Quentin F. Stout

EECS Department, University of Michigan

**Abstract:**
von Neumann introduced a model of parallel computing
consisting of copies of a finite
state automaton connected together in a regular fashion. In such
computers a self-organizing structure called *clerks*
can be useful, enabling one to simulate
a more powerful computer for which optimal algorithms are easier to
design.
The computation proceeds by having the cellular automata organize
themselves into clerks, and then a stepwise simulation of the more
powerful computer
is performed.
For a system of *n* automata, each
clerk contains Θ(log n) automata, so first they need to determine log(n),
despite the fact that no single automata can count higher than a fixed
number.

One could think of each automata initially being in an undifferentiated stem cell state.

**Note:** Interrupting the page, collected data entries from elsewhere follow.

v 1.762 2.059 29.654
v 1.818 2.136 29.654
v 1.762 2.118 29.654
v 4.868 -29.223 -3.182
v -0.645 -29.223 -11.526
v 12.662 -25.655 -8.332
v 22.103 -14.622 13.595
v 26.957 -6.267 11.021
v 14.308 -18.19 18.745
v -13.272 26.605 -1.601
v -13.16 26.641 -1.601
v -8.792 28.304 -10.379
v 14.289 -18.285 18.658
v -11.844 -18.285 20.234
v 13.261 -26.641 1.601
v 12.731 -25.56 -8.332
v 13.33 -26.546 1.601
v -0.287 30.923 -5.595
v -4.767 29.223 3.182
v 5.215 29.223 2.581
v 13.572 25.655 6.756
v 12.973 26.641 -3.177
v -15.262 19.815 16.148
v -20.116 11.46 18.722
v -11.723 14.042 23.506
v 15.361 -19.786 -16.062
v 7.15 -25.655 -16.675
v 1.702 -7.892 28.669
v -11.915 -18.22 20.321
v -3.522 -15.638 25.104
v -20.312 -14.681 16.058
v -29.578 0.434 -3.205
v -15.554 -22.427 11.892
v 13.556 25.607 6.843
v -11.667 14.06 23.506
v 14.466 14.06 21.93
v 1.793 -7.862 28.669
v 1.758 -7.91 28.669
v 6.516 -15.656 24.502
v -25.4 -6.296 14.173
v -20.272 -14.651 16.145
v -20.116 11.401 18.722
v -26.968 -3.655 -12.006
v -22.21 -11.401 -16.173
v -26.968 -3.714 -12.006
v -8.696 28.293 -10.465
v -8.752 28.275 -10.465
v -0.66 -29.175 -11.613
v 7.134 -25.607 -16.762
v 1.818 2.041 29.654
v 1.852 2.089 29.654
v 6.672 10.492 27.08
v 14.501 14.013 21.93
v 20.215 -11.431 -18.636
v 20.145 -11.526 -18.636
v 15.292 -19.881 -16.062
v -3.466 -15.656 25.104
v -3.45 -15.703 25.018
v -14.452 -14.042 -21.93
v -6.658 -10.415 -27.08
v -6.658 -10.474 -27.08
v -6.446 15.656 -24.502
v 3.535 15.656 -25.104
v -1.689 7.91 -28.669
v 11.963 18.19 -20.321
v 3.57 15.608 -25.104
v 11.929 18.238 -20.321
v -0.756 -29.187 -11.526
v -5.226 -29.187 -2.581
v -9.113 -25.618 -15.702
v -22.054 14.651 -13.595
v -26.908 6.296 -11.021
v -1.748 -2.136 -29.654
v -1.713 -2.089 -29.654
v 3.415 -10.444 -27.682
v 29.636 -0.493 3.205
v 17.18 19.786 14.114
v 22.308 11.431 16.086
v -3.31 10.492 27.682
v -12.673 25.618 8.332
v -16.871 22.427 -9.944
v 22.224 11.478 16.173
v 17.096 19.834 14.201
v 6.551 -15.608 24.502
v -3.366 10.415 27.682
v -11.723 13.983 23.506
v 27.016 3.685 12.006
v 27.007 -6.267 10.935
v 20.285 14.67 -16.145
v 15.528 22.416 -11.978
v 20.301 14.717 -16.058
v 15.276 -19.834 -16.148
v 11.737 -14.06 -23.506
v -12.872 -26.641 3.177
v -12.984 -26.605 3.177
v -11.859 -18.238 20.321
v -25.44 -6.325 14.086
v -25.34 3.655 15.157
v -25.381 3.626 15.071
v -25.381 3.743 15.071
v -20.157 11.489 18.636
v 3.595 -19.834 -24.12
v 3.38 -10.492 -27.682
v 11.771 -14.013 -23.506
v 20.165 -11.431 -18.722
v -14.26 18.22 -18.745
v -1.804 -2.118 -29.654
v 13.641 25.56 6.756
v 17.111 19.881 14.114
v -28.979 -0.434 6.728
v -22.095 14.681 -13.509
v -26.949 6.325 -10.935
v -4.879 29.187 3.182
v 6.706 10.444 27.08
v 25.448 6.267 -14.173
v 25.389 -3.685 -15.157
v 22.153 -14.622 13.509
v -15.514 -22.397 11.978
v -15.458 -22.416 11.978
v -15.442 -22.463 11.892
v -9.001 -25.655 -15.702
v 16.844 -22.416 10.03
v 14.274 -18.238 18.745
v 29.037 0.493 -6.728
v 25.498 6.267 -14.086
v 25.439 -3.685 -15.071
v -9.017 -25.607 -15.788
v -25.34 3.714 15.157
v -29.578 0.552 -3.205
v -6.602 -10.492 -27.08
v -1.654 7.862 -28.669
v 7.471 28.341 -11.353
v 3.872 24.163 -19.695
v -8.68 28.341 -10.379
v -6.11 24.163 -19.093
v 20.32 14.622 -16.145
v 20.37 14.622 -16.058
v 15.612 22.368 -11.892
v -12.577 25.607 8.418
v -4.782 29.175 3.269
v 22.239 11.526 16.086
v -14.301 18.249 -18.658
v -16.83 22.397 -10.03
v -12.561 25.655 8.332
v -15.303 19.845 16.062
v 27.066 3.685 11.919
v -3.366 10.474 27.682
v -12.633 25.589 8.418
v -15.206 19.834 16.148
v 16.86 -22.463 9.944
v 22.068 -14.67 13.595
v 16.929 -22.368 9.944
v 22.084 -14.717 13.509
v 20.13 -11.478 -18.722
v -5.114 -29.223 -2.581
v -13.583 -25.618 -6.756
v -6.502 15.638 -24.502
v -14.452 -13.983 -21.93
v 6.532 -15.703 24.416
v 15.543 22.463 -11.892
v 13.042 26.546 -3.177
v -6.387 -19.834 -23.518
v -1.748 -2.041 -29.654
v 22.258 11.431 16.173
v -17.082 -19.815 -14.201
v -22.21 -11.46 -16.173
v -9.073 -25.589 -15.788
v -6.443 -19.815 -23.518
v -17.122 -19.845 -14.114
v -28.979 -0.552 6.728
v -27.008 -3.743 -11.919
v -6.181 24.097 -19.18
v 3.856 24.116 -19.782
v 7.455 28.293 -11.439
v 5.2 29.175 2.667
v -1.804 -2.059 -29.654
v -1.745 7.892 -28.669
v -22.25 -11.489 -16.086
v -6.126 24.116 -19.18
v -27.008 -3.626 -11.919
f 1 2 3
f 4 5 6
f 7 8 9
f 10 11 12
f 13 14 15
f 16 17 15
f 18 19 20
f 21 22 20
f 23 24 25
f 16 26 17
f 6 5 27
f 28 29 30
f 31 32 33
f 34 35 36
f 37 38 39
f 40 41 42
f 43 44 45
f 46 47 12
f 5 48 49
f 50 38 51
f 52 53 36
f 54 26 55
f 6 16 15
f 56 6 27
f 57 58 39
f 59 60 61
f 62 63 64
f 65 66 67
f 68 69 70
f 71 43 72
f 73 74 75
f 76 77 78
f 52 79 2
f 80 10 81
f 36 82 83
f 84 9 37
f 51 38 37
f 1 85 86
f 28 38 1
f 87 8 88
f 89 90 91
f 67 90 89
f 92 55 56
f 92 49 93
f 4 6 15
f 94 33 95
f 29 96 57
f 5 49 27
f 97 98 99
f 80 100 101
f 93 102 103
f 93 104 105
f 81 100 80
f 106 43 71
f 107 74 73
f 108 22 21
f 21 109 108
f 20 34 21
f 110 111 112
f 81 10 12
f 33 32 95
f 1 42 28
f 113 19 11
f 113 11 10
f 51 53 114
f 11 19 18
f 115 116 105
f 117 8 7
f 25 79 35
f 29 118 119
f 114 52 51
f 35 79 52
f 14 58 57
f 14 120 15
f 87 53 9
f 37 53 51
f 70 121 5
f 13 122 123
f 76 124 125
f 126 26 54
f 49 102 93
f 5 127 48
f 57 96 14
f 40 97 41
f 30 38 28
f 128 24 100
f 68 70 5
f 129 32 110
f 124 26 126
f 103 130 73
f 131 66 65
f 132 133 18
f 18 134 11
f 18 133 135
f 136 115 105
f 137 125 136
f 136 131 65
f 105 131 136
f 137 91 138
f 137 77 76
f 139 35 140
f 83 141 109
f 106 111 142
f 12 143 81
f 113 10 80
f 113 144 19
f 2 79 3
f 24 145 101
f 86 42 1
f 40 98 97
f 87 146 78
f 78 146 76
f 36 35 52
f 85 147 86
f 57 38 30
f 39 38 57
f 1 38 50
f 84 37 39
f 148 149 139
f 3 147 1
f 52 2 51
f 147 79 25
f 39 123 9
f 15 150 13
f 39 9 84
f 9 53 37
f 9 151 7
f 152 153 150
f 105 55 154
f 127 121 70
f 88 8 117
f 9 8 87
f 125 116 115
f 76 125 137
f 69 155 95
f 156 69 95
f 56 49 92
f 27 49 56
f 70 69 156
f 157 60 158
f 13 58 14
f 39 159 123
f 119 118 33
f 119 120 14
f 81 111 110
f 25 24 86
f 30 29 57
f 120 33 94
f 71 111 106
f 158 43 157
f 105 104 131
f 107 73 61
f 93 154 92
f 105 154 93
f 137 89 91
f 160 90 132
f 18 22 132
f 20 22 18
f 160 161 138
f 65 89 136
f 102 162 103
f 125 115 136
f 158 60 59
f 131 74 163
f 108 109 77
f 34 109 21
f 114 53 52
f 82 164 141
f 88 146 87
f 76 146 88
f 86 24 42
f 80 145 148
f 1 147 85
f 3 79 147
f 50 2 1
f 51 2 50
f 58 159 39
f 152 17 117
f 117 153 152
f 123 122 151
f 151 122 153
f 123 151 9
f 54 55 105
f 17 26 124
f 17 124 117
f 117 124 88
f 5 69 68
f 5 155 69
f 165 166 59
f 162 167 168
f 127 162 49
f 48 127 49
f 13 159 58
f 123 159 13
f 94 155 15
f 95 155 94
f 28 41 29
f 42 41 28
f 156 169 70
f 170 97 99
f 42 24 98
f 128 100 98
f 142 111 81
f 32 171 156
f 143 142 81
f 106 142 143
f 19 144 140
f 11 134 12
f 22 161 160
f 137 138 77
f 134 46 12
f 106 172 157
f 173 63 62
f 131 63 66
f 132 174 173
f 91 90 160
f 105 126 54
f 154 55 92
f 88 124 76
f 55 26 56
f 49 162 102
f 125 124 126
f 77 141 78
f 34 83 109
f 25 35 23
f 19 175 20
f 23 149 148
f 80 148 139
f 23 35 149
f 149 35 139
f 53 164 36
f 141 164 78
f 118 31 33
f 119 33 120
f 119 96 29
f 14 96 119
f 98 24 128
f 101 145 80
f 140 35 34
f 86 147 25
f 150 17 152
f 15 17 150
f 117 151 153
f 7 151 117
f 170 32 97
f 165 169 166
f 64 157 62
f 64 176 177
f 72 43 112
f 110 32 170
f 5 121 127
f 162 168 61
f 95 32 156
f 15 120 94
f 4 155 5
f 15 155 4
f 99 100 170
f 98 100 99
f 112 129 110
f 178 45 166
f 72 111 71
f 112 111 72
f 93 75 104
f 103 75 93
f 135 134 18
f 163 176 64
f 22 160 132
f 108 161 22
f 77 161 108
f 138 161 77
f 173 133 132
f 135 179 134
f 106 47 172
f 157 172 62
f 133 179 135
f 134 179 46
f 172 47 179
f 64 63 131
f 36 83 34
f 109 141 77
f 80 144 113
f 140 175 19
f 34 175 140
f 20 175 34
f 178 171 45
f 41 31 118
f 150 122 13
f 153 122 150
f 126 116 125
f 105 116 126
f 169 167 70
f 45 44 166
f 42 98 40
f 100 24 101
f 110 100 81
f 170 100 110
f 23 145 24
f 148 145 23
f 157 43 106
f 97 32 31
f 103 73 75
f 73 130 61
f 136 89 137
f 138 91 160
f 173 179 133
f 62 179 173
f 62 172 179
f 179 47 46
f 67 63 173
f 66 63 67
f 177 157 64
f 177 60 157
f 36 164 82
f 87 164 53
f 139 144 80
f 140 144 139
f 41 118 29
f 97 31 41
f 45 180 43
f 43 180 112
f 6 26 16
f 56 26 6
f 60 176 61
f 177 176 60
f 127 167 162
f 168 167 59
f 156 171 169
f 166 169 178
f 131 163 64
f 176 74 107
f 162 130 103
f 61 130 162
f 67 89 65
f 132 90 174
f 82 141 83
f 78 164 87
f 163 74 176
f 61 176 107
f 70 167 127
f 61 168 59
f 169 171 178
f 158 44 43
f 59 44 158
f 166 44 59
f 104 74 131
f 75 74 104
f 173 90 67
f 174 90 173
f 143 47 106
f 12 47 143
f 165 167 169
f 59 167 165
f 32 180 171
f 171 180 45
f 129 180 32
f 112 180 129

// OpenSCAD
// Auto-generated OpenSCAD file

    inner_points = 10*[[-0.17041080214674126, 0.7862375594247885, -2.8582778861302787], [0.1802309286658651, 0.2088872902636722, 2.9567222750529307], [-0.17634695174386278, -0.20888728923371336, -2.9567222750529307], [0.17429477906874358, -0.7862375583948297, 2.8582778861302787], [-2.9497504156068732, 0.04931160049722948, -0.3204805387029167], [-2.889853657259625, -0.04931159952382933, 0.6728400755788456], [2.893737634181627, 0.04931160055378816, -0.6728400755788456], [2.9536343925288753, -0.04931159946727065, 0.3204805387029167], [-0.47977606233285736, 2.9127811671079766, 0.3182468427064288], [-0.5145268873613189, -2.9127811660876786, -0.25805664805191697], [0.5184108642833212, 2.912781167117638, 0.25805664805191697], [0.48366003925485973, -2.9127811660780174, -0.3182468427064288], [-0.6461927033123381, 1.5608342286633365, -2.4415866544877143], [-0.3325692049742699, 1.044436449194514, 2.7595076053434417], [-0.6617337447199062, -1.0444364481742165, -2.69931741068893], [-0.3481102463818381, -1.5608342276430391, 2.501776849142226], [0.35199422330384045, 1.560834228672998, -2.501776849142226], [0.6656177216419085, 1.0444364492041753, 2.69931741068893], [0.33645318189627227, -1.0444364481645552, -2.7595076053434417], [0.6500766802343404, -1.5608342276333778, 2.4415866544877143], [-2.6867831123319075, 0.6266618696861422, -1.0934713951014787], [-2.5299713631628737, 0.3684629799517309, 1.5070757348140993], [-2.692719261929029, -0.3684629789723597, -1.1919157840241308], [-2.5359075127599953, -0.6266618687067711, 1.4086313458914472], [2.5397914896819973, 0.6266618697367299, -1.4086313458914472], [2.696603238851031, 0.3684629800023185, 1.1919157840241308], [2.533855340084876, -0.3684629789217721, -1.5070757348140993], [2.6906670892539095, -0.6266618686561835, 1.0934713951014787], [-1.3191089998085306, 2.654582277350415, -0.16013956324217252], [-1.2592122414612827, 2.5559590773293563, 0.8331810510395898], [-1.3501910826236672, -2.555959076324691, -0.6756010756446058], [-1.2902943242764193, -2.6545822763457494, 0.31771953863715663], [1.2941783011984218, 2.6545822773757086, -0.31771953863715663], [1.3540750595456696, 2.5559590773546503, 0.6756010756446058], [1.2630962183832852, -2.555959076299397, -0.8331810510395898], [1.322992976730533, -2.654582276320456, 0.16013956324217252], [-1.4219601402274384, 1.8190331184052655, -1.8658104677986405], [-1.1682334002366181, 1.4012585389575019, 2.341963177750754], [-1.4411699238483318, -1.4012585379528368, -2.1843832023557694], [-1.1874431838575115, -1.8190331174006005, 2.0233904431936245], [1.191327160779514, 1.8190331184305593, -2.0233904431936245], [1.4450539007703342, 1.4012585389827956, 2.1843832023557694], [1.1721173771586206, -1.401258537927543, -2.341963177750754], [1.425844117149441, -1.8190331173753067, 1.8658104677986405], [-2.201396319355864, 1.4622110286266452, -1.350876259465479], [-2.0075663377122916, 1.1430596491999403, 1.8635767718021523], [-2.216937360763432, -1.1430596482109077, -1.6086070156666958], [-2.02310737911986, -1.4622110276376128, 1.6058460156009355], [2.026991356041862, 1.4622110286675716, -1.6058460156009355], [2.220821337685434, 1.1430596492408664, 1.6086070156666958], [2.0114503146342937, -1.1430596481699815, -1.8635767718021523], [2.205280296277866, -1.4622110275966864, 1.350876259465479], [-1.6789912939052822, 2.236807697874855, -0.9943752224774262], [-1.5221795447362483, 1.9786088081404438, 1.606171907438152], [-1.704137227123297, -1.9786088071417498, -1.411392345957207], [-1.5473254779542631, -2.2368076968761605, 1.189154783958371], [1.5512094548762656, 2.2368076979061198, -1.189154783958371], [1.7080212040452996, 1.9786088081717086, 1.411392345957207], [1.5260635216582508, -1.978608807110485, -1.606171907438152], [1.6828752708272847, -2.2368076968448958, 0.9943752224774262], [-0.8711277587214085, 2.8245698953316367, -1.0378735875155352], [-0.9032238569451155, -2.5559590763240982, -1.5701514091469855], [0.7439726156693655, 2.8245698953472695, -1.1352633682560076], [0.7118765174456584, -2.555959076308466, -1.667541189887458], [-0.6140966050435644, 2.4067953158620474, -1.9093088328367496], [-0.6402565536701501, -1.9786088071351857, -2.343142265545548], [0.38409032157261397, 2.406795315871709, -1.9694990274912612], [0.35793037294602836, -1.9786088071255243, -2.4033324602000596], [-0.03179482124573489, 3.0827687850891983, -0.5594871815669338], [-0.06755966168276713, -2.9127811660870866, -1.1526069815542968]];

Only the ones on the edges have special input (namely, one or two of their neighbors is missing), unlike the others. The corners start a process whereby a sequence of stages results in some automata becoming the leftmost in a clerk, some become the leftmost of a sequence representing memory location 1 within the clerk, others become part of the interior of memory location 1, another becomes the rightmost of memory cell 1, etc. Note the similarities to biological processes and cell differentiation.

Clerks are used here to give optimal parallel algorithms for a connected 1s problem on a cellular array, and a circle construction problem on a pyramid cellular automaton.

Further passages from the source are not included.